JAKARTA, RADARTASIK.ID – Efek rebalancing indeks MSCI (Morgan Stanley Capital International) periode Mei 2026 menghadirkan fenomena yang menarik di pasar modal Indonesia.
Sejumlah saham yang resmi dikeluarkan dari indeks MSCI Global Standard Indexes justru mencatat penguatan signifikan pada hari efektif rebalancing, sementara saham-saham perbankan berkapitalisasi besar mengalami tekanan dan menjadi pemberat Indeks Harga Saham Gabungan (IHSG).
Penyesuaian indeks MSCI tersebut resmi berlaku pada penutupan perdagangan Jumat, 29 Mei 2026, mengikuti hasil tinjauan indeks yang diumumkan pada 12 Mei 2026.
Baca Juga:Permainan Tradisional Sunda Ini Ternyata Bisa Bikin Matematika Lebih Mudah Dipahami Siswa SD di TasikmalayaTaspen Salurkan Gaji Ketiga Belas Pensiunan ASN Mulai 2 Juni 2026, Tanpa Prosedur Ribet
Berdasarkan catatan Stockbit, dari enam saham yang dikeluarkan dari MSCI Global Standard Indexes, empat di antaranya berhasil mengakhiri perdagangan di zona hijau.
Bahkan, saham Barito Renewables Energy (BREN) dan Petrindo Jaya Kreasi (CUAN) melesat hingga menyentuh batas atas auto rejection (ARA) sebesar 25 persen.
Kinerja impresif kedua saham tersebut turut memberikan sentimen positif terhadap sejumlah emiten lain yang berada dalam lingkup grup dan konglomerasi terkait.
Saham Bukit Uluwatu Villa (BUVA) serta Sinergi Inti Andalan Prima (INET) ikut mendapatkan dorongan kenaikan seiring meningkatnya minat investor terhadap sektor dan grup usaha yang sama.

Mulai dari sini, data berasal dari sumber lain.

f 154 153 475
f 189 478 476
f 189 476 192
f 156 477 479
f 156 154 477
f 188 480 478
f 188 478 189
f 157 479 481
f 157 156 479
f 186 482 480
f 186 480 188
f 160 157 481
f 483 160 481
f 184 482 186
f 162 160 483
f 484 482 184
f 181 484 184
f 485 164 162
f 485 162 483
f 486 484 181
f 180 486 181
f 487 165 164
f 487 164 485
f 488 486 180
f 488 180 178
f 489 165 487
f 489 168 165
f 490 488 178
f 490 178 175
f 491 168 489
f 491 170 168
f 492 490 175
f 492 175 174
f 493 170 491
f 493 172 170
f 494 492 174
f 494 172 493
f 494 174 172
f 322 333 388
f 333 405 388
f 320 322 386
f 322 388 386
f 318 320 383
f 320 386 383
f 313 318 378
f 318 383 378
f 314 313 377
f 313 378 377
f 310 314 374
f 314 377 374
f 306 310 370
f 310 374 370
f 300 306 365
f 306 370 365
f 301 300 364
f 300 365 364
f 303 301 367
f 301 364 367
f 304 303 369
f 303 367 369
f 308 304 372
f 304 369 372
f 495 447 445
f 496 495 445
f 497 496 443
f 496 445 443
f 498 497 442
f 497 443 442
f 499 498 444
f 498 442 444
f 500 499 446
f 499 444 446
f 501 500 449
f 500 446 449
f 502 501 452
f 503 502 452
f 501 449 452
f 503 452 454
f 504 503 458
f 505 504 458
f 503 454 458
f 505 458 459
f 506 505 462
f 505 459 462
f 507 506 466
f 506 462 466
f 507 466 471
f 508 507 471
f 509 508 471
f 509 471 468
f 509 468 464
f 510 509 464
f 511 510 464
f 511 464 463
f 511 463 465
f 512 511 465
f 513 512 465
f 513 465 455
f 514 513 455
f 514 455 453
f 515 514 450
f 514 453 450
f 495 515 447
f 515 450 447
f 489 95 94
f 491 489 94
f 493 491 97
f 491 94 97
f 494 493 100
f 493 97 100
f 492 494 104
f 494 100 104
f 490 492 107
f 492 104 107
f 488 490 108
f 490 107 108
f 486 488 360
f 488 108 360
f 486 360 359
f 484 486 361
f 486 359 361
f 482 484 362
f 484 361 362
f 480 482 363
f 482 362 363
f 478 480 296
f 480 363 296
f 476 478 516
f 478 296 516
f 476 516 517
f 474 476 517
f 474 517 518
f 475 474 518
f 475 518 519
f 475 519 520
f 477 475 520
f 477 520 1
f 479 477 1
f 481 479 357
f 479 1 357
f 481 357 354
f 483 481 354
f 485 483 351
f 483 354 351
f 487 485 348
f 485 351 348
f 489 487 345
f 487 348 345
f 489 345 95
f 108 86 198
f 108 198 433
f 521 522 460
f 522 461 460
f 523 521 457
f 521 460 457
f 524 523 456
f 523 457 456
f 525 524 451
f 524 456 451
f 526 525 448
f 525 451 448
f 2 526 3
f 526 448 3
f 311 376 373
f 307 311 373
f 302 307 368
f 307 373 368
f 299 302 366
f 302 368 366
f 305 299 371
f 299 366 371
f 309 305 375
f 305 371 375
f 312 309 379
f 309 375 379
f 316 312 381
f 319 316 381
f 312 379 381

Sebaliknya, mayoritas saham yang dikeluarkan dari indeks MSCI Small Cap Indexes justru bergerak melemah pada perdagangan hari yang sama, menunjukkan bahwa respons pasar tidak terjadi secara merata di seluruh emiten yang terdampak rebalancing.
Big Banks Terbebani Penyesuaian Bobot MSCI
Di sisi lain, saham-saham unggulan atau blue chip, khususnya sektor perbankan, mengalami tekanan jual yang cukup besar.
Pelemahan ini terutama dikaitkan dengan penurunan bobot saham dalam indeks MSCI sebagai dampak penyesuaian free float yang digunakan dalam perhitungan indeks.
Beberapa saham bank besar yang mencatat penurunan antara lain:
Baca Juga:7 Rekomendasi Tempat Belajar Ngaji Online Terbaik untuk DewasaKompak! Puluhan Rider Honda ADV Taklukkan Jalur Pegunungan Menuju Curug Citambur
- Bank Central Asia (BBCA) turun 4,6 persen
- Bank Rakyat Indonesia (BBRI) melemah 3,9 persen
- Bank Negara Indonesia (BBNI) terkoreksi 3,7 persen
- Bank Mandiri (BMRI) turun 1,2 persen
Tekanan terhadap saham-saham perbankan tersebut menjadi faktor utama yang menahan laju IHSG.
Setelah bergerak di zona positif sepanjang sebagian besar sesi perdagangan, indeks akhirnya ditutup melemah tipis 0,05 persen.